What's a good jug/hose/funnel contraption that would actually work?


----------



## KeithS (Dec 30, 2001)

What several people have done is purchase the 2 liter DEF refill bottle (from VW, much cheaper, same thing). This has the proper fitting for the DEF port. Then cutting off the locking tabs unscrew the top of the 2 liter bottle, refill the 2 liter from the 2.5 gallon jug.

I have not done this yet myself as still under factory maintenance. But was thinking about just cutting a hole in the side of the refill bottle, then with it screwed into the fill port, us it like a sideways funnel and refill from the 2.5 gallon into the hole cut into the side (now on top when connected to the car). I can visualize this perfectly. Have no idea if this will work in actual practice. If being done by one person may have to make a little stand to hold the 2 liter bottle up. 

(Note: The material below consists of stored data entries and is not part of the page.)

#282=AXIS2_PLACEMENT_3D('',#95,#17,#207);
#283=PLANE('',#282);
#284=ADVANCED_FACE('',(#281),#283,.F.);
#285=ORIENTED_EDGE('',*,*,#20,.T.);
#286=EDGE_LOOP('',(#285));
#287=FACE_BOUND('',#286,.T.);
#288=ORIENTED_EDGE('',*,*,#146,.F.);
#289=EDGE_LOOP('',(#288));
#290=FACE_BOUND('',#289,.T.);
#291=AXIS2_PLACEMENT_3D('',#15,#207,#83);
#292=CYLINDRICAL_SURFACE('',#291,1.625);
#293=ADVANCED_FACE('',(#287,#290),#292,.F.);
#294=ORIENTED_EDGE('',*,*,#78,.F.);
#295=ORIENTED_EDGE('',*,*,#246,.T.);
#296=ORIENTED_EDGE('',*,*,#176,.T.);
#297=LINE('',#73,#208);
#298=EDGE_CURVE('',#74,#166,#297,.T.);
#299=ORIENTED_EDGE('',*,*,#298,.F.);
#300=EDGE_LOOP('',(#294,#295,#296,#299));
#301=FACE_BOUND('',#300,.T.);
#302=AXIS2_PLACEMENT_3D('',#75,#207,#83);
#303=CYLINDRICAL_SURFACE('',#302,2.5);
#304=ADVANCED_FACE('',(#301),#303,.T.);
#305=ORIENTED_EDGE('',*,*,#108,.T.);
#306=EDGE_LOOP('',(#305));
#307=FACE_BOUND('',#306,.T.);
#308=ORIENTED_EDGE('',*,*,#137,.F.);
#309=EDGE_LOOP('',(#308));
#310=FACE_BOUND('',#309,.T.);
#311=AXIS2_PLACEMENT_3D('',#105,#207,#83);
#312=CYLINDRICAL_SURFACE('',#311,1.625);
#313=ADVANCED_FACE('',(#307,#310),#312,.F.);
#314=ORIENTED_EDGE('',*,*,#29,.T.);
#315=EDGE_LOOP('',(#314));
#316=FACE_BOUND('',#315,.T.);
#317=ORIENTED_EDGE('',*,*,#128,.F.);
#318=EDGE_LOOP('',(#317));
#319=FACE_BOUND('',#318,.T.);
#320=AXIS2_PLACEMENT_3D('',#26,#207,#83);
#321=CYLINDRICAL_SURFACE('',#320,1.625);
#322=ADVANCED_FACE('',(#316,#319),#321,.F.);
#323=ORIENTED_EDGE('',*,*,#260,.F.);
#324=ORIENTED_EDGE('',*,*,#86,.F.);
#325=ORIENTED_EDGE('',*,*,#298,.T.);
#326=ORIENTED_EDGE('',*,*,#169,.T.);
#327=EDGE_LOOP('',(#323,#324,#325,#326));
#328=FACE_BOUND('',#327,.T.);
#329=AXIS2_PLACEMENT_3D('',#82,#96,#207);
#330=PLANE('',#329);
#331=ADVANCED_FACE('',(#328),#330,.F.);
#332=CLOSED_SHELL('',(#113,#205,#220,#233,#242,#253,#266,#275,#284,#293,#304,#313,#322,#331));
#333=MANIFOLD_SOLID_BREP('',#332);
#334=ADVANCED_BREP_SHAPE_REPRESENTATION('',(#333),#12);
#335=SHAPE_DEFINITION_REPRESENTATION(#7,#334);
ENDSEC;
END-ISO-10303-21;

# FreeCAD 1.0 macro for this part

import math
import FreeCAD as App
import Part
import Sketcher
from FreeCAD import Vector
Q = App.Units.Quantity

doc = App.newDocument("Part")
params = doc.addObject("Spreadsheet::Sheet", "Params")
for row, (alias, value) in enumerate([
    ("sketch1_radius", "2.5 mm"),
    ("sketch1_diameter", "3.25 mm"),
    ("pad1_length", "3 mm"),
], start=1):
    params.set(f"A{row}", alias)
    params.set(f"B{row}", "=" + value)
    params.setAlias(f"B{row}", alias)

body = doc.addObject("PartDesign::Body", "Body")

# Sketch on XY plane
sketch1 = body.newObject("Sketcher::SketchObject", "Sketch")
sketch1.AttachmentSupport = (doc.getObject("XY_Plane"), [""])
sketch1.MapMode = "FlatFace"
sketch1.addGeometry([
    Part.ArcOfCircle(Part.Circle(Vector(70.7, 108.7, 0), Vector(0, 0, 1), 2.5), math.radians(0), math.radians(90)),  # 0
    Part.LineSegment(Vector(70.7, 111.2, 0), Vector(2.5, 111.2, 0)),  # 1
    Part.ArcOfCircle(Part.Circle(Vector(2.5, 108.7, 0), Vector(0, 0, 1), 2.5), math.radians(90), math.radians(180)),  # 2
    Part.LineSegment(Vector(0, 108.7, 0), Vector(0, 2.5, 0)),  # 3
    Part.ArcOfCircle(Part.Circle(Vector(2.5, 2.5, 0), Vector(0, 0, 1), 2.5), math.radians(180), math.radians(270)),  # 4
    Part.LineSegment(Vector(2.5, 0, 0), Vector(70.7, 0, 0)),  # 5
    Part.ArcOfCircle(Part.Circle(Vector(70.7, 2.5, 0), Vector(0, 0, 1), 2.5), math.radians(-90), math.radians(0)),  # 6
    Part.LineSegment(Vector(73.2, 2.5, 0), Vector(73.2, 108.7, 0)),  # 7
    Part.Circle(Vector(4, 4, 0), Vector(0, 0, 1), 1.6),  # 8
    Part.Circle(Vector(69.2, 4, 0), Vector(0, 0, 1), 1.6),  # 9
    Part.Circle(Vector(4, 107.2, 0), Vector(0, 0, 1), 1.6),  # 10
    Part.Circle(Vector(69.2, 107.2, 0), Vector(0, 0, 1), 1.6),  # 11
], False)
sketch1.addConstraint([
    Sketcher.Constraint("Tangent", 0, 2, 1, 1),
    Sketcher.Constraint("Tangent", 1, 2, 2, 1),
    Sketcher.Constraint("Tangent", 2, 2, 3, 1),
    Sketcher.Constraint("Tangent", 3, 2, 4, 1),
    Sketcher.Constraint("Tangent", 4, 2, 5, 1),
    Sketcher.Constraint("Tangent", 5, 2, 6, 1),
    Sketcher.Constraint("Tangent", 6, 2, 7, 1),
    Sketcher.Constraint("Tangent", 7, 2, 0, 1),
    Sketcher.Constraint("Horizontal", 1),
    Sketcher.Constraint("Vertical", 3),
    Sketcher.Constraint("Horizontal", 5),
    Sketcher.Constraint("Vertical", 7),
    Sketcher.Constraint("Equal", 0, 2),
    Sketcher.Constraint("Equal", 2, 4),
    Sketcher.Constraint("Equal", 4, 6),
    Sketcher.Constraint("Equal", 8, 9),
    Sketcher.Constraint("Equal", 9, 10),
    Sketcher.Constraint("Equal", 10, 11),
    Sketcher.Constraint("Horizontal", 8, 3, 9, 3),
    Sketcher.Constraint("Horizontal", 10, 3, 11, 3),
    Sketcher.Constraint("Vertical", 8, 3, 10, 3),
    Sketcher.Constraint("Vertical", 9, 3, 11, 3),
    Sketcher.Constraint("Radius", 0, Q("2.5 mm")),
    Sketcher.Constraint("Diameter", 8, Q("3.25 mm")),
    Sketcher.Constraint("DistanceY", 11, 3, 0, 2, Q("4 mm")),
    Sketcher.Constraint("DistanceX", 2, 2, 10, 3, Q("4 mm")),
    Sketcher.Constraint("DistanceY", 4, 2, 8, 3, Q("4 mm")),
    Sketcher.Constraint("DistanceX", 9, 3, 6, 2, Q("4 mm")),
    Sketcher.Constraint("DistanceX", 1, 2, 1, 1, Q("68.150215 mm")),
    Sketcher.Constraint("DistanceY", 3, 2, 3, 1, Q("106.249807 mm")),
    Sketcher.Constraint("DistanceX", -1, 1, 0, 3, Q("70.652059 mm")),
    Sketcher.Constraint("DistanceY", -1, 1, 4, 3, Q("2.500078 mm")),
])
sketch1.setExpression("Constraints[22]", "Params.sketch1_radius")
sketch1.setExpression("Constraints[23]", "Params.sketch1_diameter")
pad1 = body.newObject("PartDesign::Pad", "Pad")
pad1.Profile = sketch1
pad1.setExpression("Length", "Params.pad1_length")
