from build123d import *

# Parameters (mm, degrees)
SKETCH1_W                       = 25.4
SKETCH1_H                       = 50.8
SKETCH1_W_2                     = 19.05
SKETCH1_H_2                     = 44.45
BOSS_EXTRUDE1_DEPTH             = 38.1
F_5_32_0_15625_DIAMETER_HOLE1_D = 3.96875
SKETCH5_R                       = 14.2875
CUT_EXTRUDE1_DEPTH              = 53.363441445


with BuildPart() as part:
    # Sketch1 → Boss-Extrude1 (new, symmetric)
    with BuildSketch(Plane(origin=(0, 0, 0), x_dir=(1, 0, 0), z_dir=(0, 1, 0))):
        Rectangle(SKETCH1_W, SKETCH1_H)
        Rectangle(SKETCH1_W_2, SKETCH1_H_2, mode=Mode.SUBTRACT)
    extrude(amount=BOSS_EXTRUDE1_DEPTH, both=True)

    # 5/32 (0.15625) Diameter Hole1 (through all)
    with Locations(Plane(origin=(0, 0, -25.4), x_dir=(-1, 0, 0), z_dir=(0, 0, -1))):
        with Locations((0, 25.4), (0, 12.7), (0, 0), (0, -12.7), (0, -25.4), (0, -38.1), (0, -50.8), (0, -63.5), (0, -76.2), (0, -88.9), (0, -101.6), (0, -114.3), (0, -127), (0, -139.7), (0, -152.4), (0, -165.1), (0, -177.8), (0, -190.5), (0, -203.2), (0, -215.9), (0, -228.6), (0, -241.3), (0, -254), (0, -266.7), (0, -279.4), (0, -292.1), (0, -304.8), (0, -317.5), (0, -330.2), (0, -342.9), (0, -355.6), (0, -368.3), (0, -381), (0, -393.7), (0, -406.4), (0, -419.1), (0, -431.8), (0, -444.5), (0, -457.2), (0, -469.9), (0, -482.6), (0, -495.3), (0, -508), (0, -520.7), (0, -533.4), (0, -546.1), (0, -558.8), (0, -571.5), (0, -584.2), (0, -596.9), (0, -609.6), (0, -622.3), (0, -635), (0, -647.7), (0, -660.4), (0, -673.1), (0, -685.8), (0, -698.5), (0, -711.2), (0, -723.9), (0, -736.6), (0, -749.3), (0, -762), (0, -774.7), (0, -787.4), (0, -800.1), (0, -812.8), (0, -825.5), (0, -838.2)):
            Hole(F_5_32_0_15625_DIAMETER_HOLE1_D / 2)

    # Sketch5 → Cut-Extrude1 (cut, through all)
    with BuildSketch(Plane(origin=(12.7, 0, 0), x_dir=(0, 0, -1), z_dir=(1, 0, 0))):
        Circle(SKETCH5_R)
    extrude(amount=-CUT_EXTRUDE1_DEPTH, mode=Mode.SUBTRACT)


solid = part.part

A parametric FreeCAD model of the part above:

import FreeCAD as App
import Part
import Sketcher
Q = App.Units.Quantity

doc = App.newDocument("Part")
params = doc.addObject("Spreadsheet::Sheet", "Params")
for row, (alias, value) in enumerate([
    ("sketch1_width", "1 in"),
    ("sketch1_height", "2 in"),
    ("sketch1_width2", "0.75 in"),
    ("sketch1_height2", "1.75 in"),
    ("pad1_length", "3 in"),
    ("sketch2_diameter", "0.15625 in"),
    ("hole_diameter", "0.15625 in"),
    ("sketch3_diameter", "1.125 in"),
], start=1):
    params.set(f"A{row}", alias)
    params.set(f"B{row}", "=" + value)
    params.setAlias(f"B{row}", alias)

body = doc.addObject("PartDesign::Body", "Body")

# Sketch on XZ plane
sketch1 = body.newObject("Sketcher::SketchObject", "Sketch")
sketch1.AttachmentSupport = (doc.getObject("XZ_Plane"), [""])
sketch1.MapMode = "FlatFace"
sketch1.addGeometry([
    Part.LineSegment(App.Vector(-13, -25, 0), App.Vector(-13, 25, 0)),  # 0
    Part.LineSegment(App.Vector(-13, 25, 0), App.Vector(13, 25, 0)),  # 1
    Part.LineSegment(App.Vector(13, 25, 0), App.Vector(13, -25, 0)),  # 2
    Part.LineSegment(App.Vector(13, -25, 0), App.Vector(-13, -25, 0)),  # 3
    Part.LineSegment(App.Vector(10, 22, 0), App.Vector(-10, 22, 0)),  # 4
    Part.LineSegment(App.Vector(-10, 22, 0), App.Vector(-10, -22, 0)),  # 5
    Part.LineSegment(App.Vector(-10, -22, 0), App.Vector(10, -22, 0)),  # 6
    Part.LineSegment(App.Vector(10, -22, 0), App.Vector(10, 22, 0)),  # 7
], False)
sketch1.addConstraint([
    Sketcher.Constraint("Coincident", 0, 2, 1, 1),
    Sketcher.Constraint("Coincident", 1, 2, 2, 1),
    Sketcher.Constraint("Coincident", 2, 2, 3, 1),
    Sketcher.Constraint("Coincident", 3, 2, 0, 1),
    Sketcher.Constraint("Coincident", 4, 2, 5, 1),
    Sketcher.Constraint("Coincident", 5, 2, 6, 1),
    Sketcher.Constraint("Coincident", 6, 2, 7, 1),
    Sketcher.Constraint("Coincident", 7, 2, 4, 1),
    Sketcher.Constraint("Vertical", 0),
    Sketcher.Constraint("Horizontal", 1),
    Sketcher.Constraint("Vertical", 2),
    Sketcher.Constraint("Horizontal", 3),
    Sketcher.Constraint("Horizontal", 4),
    Sketcher.Constraint("Vertical", 5),
    Sketcher.Constraint("Horizontal", 6),
    Sketcher.Constraint("Vertical", 7),
    Sketcher.Constraint("Symmetric", 0, 2, 2, 2, -1, 1),
    Sketcher.Constraint("Symmetric", 4, 2, 6, 2, -1, 1),
    Sketcher.Constraint("DistanceX", 1, 1, 1, 2, Q("1 in")),
    Sketcher.Constraint("DistanceY", 0, 1, 0, 2, Q("2 in")),
    Sketcher.Constraint("DistanceX", 4, 2, 4, 1, Q("0.75 in")),
    Sketcher.Constraint("DistanceY", 5, 2, 5, 1, Q("1.75 in")),
])
sketch1.setExpression("Constraints[18]", "Params.sketch1_width")
sketch1.setExpression("Constraints[19]", "Params.sketch1_height")
sketch1.setExpression("Constraints[20]", "Params.sketch1_width2")
sketch1.setExpression("Constraints[21]", "Params.sketch1_height2")
pad1 = body.newObject("PartDesign::Pad", "Pad")
pad1.Profile = sketch1
pad1.setExpression("Length", "Params.pad1_length")
pad1.Midplane = True

# Sketch on XY plane
sketch2 = body.newObject("Sketcher::SketchObject", "Sketch001")
sketch2.AttachmentSupport = (doc.getObject("XY_Plane"), [""])
sketch2.MapMode = "FlatFace"
sketch2.AttachmentOffset = App.Placement(App.Vector(0, 0, -1 * 25.4), App.Rotation())
sketch2.addGeometry([
    Part.Circle(App.Vector(0, 25.4, 0), App.Vector(0, 0, 1), 2),  # 0
    Part.Circle(App.Vector(0, 12.7, 0), App.Vector(0, 0, 1), 2),  # 1
    Part.Circle(App.Vector(0, 0, 0), App.Vector(0, 0, 1), 2),  # 2
    Part.Circle(App.Vector(0, -12.7, 0), App.Vector(0, 0, 1), 2),  # 3
    Part.Circle(App.Vector(0, -25.4, 0), App.Vector(0, 0, 1), 2),  # 4
    Part.Circle(App.Vector(0, -38.1, 0), App.Vector(0, 0, 1), 2),  # 5
    Part.Circle(App.Vector(0, -50.8, 0), App.Vector(0, 0, 1), 2),  # 6
    Part.Circle(App.Vector(0, -63.5, 0), App.Vector(0, 0, 1), 2),  # 7
    Part.Circle(App.Vector(0, -76.2, 0), App.Vector(0, 0, 1), 2),  # 8
    Part.Circle(App.Vector(0, -88.9, 0), App.Vector(0, 0, 1), 2),  # 9
    Part.Circle(App.Vector(0, -101.6, 0), App.Vector(0, 0, 1), 2),  # 10
    Part.Circle(App.Vector(0, -114.3, 0), App.Vector(0, 0, 1), 2),  # 11
    Part.Circle(App.Vector(0, -127, 0), App.Vector(0, 0, 1), 2),  # 12
    Part.Circle(App.Vector(0, -139.7, 0), App.Vector(0, 0, 1), 2),  # 13
    Part.Circle(App.Vector(0, -152.4, 0), App.Vector(0, 0, 1), 2),  # 14
    Part.Circle(App.Vector(0, -165.1, 0), App.Vector(0, 0, 1), 2),  # 15
    Part.Circle(App.Vector(0, -177.8, 0), App.Vector(0, 0, 1), 2),  # 16
    Part.Circle(App.Vector(0, -190.5, 0), App.Vector(0, 0, 1), 2),  # 17
    Part.Circle(App.Vector(0, -203.2, 0), App.Vector(0, 0, 1), 2),  # 18
    Part.Circle(App.Vector(0, -215.9, 0), App.Vector(0, 0, 1), 2),  # 19
    Part.Circle(App.Vector(0, -228.6, 0), App.Vector(0, 0, 1), 2),  # 20
    Part.Circle(App.Vector(0, -241.3, 0), App.Vector(0, 0, 1), 2),  # 21
    Part.Circle(App.Vector(0, -254, 0), App.Vector(0, 0, 1), 2),  # 22
    Part.Circle(App.Vector(0, -266.7, 0), App.Vector(0, 0, 1), 2),  # 23
    Part.Circle(App.Vector(0, -279.4, 0), App.Vector(0, 0, 1), 2),  # 24
    Part.Circle(App.Vector(0, -292.1, 0), App.Vector(0, 0, 1), 2),  # 25
    Part.Circle(App.Vector(0, -304.8, 0), App.Vector(0, 0, 1), 2),  # 26
    Part.Circle(App.Vector(0, -317.5, 0), App.Vector(0, 0, 1), 2),  # 27
    Part.Circle(App.Vector(0, -330.2, 0), App.Vector(0, 0, 1), 2),  # 28
    Part.Circle(App.Vector(0, -342.9, 0), App.Vector(0, 0, 1), 2),  # 29
    Part.Circle(App.Vector(0, -355.6, 0), App.Vector(0, 0, 1), 2),  # 30
    Part.Circle(App.Vector(0, -368.3, 0), App.Vector(0, 0, 1), 2),  # 31
    Part.Circle(App.Vector(0, -381, 0), App.Vector(0, 0, 1), 2),  # 32
    Part.Circle(App.Vector(0, -393.7, 0), App.Vector(0, 0, 1), 2),  # 33
    Part.Circle(App.Vector(0, -406.4, 0), App.Vector(0, 0, 1), 2),  # 34
    Part.Circle(App.Vector(0, -419.1, 0), App.Vector(0, 0, 1), 2),  # 35
    Part.Circle(App.Vector(0, -431.8, 0), App.Vector(0, 0, 1), 2),  # 36
    Part.Circle(App.Vector(0, -444.5, 0), App.Vector(0, 0, 1), 2),  # 37
    Part.Circle(App.Vector(0, -457.2, 0), App.Vector(0, 0, 1), 2),  # 38
    Part.Circle(App.Vector(0, -469.9, 0), App.Vector(0, 0, 1), 2),  # 39
    Part.Circle(App.Vector(0, -482.6, 0), App.Vector(0, 0, 1), 2),  # 40
    Part.Circle(App.Vector(0, -495.3, 0), App.Vector(0, 0, 1), 2),  # 41
    Part.Circle(App.Vector(0, -508, 0), App.Vector(0, 0, 1), 2),  # 42
    Part.Circle(App.Vector(0, -520.7, 0), App.Vector(0, 0, 1), 2),  # 43
    Part.Circle(App.Vector(0, -533.4, 0), App.Vector(0, 0, 1), 2),  # 44
    Part.Circle(App.Vector(0, -546.1, 0), App.Vector(0, 0, 1), 2),  # 45
    Part.Circle(App.Vector(0, -558.8, 0), App.Vector(0, 0, 1), 2),  # 46
    Part.Circle(App.Vector(0, -571.5, 0), App.Vector(0, 0, 1), 2),  # 47
    Part.Circle(App.Vector(0, -584.2, 0), App.Vector(0, 0, 1), 2),  # 48
    Part.Circle(App.Vector(0, -596.9, 0), App.Vector(0, 0, 1), 2),  # 49
    Part.Circle(App.Vector(0, -609.6, 0), App.Vector(0, 0, 1), 2),  # 50
    Part.Circle(App.Vector(0, -622.3, 0), App.Vector(0, 0, 1), 2),  # 51
    Part.Circle(App.Vector(0, -635, 0), App.Vector(0, 0, 1), 2),  # 52
    Part.Circle(App.Vector(0, -647.7, 0), App.Vector(0, 0, 1), 2),  # 53
    Part.Circle(App.Vector(0, -660.4, 0), App.Vector(0, 0, 1), 2),  # 54
    Part.Circle(App.Vector(0, -673.1, 0), App.Vector(0, 0, 1), 2),  # 55
    Part.Circle(App.Vector(0, -685.8, 0), App.Vector(0, 0, 1), 2),  # 56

You know at the dealer it takes 2 technicans to fill the DEF. One to hold all the plumbing, one to pour it in.


----------



## cssnms (Jan 24, 2011)

Yea that's what I did. Went to VW today and bought the .5 gallon screw on jug for $8. Filled one tank, then screwed the top off of the .5 gallon jug and filled it from the 2.5 gallon jug and added 1/4 gallon more. Very clean and easy way to do it, BUT the fluid does not flow very well since there is no air hole to break the suction that is created.


----------



## KeithS (Dec 30, 2001)

cssnms said:


> BUT the fluid does not flow very well since there is no air hole to break the suction that is created.


Ah, Maybe my idea of turning the small bottle into a funnel by cutting a hole in it is indeed the way to go.


----------



## dunderhi (Dec 10, 2006)

I just use a funnel... as a... funnel.


----------



## cssnms (Jan 24, 2011)

dunderhi said:


> I just use a funnel... as a... funnel.


i don't have a funnel that will fit. I have one of those skinny red ones that I tried widdling down with a razor blade but it was a messy process. This fill bottle is easy to use but flow stinks. I suppose I could poke a hole in it but I wouldn't be able to resuse it.


----------



## KeithS (Dec 30, 2001)

dunderhi said:


> I just use a funnel... as a... funnel.


How is that going to work when it will be horzontal. Have you been able to overcome the effects of gravity?


----------



## dunderhi (Dec 10, 2006)

KeithS said:


> How is that going to work when it will be horzontal. Have you been able to overcome the effects of gravity?


It's not horizontal, and yes it has worked just fine the three times I added DEF. If you do a search, you should be able to find a pic of my funnel here in this forum.

Found it.


----------



## richk300 (Mar 11, 2011)

1 st try I also made a mess, still a white streak on the drive. 2 nd try used a 2 ft piece of half Inch hose the .780 O D sealed against the I D of the port, stuck the small end of a funnel in the other end of the hose and poured from the $14 two and a half gallon autozone jug with no mess. Since the small center vent tube of the port is not utilize you have to fill slow to let the air escape. Be carefull cause it does erupt from time to time.


----------



## AutoUnion (Apr 11, 2005)

So the X5 doesn't have two filling ports like the 335d?


----------



## ductman (Dec 17, 2011)

AutoUnion said:


> So the X5 doesn't have two filling ports like the 335d?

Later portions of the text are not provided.